Mostly in the past, I have focused on the imprints left by individual organisms: people and animals and even plants. But total organic living environments can be thought of as leaving imprints as well. Sometimes these environments leave us with positive feelings. And sometimes not. When we are simply passively engaging with them, the positive feelings they leave us with are simply those of joy. As when we lie on a beach or walk through a national park. When we are actively engaging with organic living environments, the positive feelings we are left with are satisfaction. As when we gather foods or ornamental plants, hunt, fish, make crafts out of organic materials, or build houses or other shelters out of organic materials.

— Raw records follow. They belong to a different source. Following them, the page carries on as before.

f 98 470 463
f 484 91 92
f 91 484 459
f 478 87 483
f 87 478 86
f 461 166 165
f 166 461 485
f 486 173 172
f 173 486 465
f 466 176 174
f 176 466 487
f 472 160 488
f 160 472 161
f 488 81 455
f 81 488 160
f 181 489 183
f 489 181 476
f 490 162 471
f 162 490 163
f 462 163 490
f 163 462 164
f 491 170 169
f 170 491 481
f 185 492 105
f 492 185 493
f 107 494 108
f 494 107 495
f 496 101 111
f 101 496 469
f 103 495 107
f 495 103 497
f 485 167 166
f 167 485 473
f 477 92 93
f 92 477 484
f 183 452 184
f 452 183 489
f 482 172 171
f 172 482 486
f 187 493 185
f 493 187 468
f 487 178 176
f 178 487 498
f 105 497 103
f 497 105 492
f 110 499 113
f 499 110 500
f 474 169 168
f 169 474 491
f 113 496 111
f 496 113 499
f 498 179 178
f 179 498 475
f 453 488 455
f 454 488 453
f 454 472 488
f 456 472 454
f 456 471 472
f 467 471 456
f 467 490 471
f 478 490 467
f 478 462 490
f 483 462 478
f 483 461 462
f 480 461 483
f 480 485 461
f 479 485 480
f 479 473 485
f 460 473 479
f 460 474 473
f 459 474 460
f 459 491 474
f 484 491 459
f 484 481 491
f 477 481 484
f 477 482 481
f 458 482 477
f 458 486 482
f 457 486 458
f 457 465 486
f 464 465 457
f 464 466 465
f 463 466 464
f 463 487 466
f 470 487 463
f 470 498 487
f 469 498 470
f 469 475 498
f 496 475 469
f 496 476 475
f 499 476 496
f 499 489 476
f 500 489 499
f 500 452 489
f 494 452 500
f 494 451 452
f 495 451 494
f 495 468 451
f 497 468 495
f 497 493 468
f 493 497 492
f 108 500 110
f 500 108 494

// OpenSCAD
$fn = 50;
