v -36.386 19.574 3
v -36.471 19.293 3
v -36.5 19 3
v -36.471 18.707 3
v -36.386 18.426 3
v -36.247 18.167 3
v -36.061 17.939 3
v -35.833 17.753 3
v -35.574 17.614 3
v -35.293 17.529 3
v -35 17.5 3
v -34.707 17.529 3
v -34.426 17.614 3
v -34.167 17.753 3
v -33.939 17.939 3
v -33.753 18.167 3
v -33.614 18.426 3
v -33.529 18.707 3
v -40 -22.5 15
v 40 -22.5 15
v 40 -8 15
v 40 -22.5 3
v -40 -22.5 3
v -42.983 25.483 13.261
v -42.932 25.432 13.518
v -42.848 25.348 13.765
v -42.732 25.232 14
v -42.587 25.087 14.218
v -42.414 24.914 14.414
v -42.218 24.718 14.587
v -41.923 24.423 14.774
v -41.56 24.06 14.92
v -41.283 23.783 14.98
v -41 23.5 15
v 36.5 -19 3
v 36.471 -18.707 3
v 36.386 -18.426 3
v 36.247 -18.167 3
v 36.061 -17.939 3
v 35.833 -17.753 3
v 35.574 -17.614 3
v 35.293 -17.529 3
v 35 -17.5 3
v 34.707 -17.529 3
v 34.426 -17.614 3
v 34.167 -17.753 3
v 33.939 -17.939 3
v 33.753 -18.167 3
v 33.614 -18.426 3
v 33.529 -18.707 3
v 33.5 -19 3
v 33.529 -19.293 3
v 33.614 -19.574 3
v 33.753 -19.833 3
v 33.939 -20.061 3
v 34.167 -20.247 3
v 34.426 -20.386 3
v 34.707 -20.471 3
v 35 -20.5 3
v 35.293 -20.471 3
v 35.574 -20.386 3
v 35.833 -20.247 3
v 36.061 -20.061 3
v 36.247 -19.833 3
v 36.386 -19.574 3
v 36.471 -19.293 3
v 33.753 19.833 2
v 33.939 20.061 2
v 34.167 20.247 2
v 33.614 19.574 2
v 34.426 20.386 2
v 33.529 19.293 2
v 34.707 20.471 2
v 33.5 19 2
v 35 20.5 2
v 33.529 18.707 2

In general, joyful interactions with the world involve making imprints. This involves engaging with both whole organic systems of positive stimulation as well as particular elements of the system: people, animals, plants, even salient features of one’s geographical environment. Here I am thinking of things like sacred mountains or sacred rivers – parts of our living environment that native peoples endow with spiritual attributes and, therefore which they perceive as having similar capacities as living beings. Humans open themselves up to receiving organic imprints from both whole organic systems from traditional living environments as well as from particular figure elements from within these environments. Whether dealing with whole organic systems or particular figure elements within these systems, humans experience all of them as joyful to the extent that they make their lives more organically vibrant.

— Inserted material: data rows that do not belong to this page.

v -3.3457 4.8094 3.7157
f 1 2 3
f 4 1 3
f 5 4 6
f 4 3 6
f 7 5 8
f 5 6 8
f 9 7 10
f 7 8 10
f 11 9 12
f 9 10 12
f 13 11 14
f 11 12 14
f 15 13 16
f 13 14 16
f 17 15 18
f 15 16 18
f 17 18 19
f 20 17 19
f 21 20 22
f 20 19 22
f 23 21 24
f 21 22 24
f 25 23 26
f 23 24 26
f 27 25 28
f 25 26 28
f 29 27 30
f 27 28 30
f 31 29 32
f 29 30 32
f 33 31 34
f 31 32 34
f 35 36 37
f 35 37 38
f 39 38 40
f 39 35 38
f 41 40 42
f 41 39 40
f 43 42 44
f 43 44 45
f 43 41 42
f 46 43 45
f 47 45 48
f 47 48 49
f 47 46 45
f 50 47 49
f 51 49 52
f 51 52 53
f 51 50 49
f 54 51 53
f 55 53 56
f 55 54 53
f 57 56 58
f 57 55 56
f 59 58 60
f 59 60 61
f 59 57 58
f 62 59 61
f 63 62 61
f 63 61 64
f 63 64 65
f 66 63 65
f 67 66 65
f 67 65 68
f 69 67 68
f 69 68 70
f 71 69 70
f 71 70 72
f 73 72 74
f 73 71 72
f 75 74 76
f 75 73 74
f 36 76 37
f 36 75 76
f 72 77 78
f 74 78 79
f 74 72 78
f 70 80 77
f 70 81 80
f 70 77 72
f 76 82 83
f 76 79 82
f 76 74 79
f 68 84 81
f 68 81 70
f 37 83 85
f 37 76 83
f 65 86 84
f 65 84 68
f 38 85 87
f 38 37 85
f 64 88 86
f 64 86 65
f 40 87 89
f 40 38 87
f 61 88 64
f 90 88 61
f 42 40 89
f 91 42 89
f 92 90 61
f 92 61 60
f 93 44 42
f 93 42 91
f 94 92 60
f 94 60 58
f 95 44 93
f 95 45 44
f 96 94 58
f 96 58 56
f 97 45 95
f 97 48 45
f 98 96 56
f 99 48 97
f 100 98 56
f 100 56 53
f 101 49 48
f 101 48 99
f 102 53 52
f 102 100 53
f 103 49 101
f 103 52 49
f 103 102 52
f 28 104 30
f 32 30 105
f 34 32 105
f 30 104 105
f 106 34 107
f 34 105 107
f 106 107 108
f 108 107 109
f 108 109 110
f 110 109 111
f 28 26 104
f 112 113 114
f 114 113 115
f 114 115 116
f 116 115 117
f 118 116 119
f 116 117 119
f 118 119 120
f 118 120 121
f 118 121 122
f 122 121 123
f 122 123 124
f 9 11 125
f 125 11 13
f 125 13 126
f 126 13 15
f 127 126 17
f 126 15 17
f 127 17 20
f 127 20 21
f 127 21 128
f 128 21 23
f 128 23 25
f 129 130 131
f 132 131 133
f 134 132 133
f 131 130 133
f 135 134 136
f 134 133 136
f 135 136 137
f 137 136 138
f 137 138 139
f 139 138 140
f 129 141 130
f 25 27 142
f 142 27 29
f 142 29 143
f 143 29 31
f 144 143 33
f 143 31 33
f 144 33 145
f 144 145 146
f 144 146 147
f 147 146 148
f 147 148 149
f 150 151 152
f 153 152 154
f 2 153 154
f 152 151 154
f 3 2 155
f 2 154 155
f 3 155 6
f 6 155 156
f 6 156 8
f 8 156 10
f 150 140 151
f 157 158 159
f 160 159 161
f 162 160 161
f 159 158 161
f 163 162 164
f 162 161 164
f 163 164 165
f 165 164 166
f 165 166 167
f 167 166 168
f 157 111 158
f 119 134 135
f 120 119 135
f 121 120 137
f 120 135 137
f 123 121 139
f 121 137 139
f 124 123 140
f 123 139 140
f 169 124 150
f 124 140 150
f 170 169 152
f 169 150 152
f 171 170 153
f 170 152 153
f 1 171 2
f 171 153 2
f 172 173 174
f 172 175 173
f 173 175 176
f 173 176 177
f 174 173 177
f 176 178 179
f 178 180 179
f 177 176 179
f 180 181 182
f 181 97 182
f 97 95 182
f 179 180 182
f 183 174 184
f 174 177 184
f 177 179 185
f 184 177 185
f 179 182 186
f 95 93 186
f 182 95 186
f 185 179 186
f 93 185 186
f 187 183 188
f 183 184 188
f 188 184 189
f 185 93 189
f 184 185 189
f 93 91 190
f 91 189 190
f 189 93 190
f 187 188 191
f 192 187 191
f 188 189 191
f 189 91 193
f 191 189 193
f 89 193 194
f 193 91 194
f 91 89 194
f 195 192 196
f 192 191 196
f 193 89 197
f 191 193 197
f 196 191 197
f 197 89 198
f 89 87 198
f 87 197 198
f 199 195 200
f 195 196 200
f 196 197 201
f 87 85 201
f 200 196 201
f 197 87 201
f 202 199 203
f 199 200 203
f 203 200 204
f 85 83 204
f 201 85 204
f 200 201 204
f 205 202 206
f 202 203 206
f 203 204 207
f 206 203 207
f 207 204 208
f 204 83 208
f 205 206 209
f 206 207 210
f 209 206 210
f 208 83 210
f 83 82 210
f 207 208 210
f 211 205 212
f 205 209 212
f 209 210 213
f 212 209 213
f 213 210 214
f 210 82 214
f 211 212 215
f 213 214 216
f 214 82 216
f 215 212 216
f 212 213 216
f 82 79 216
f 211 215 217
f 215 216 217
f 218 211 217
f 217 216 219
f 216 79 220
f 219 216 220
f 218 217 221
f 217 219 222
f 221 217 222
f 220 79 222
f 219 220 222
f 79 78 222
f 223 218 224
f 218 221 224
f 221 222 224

Now to the extent that it is humans making organic imprints on parts of or on whole organic systems, they experience more joy from taking on a more active role than when they are just receiving organic imprints alone. But whether the focus of the experience is on making or receiving imprints, the joy comes in from the immediacy of the experience.
The opposite of happiness is unhappiness, and unhappiness occurs when the amount of stimulation a person is experiencing does not fall within a comfortable range for him to absorb it. It ends up being too little or too much for him. And the person ends up feeling either very numb or else very stressed out from the sensory discomfort. The experience of unhappiness, like the experience of happiness, occurs as a result of the stimuli generated within a person or as a result of the stimuli he receives primarily from the humans around him. He experiences these emotions in the form of imprints: imprints that a person generates within himself towards himself, imprints that a person generates within himself that are directed outside himself, and imprints that are generated by other people towards him.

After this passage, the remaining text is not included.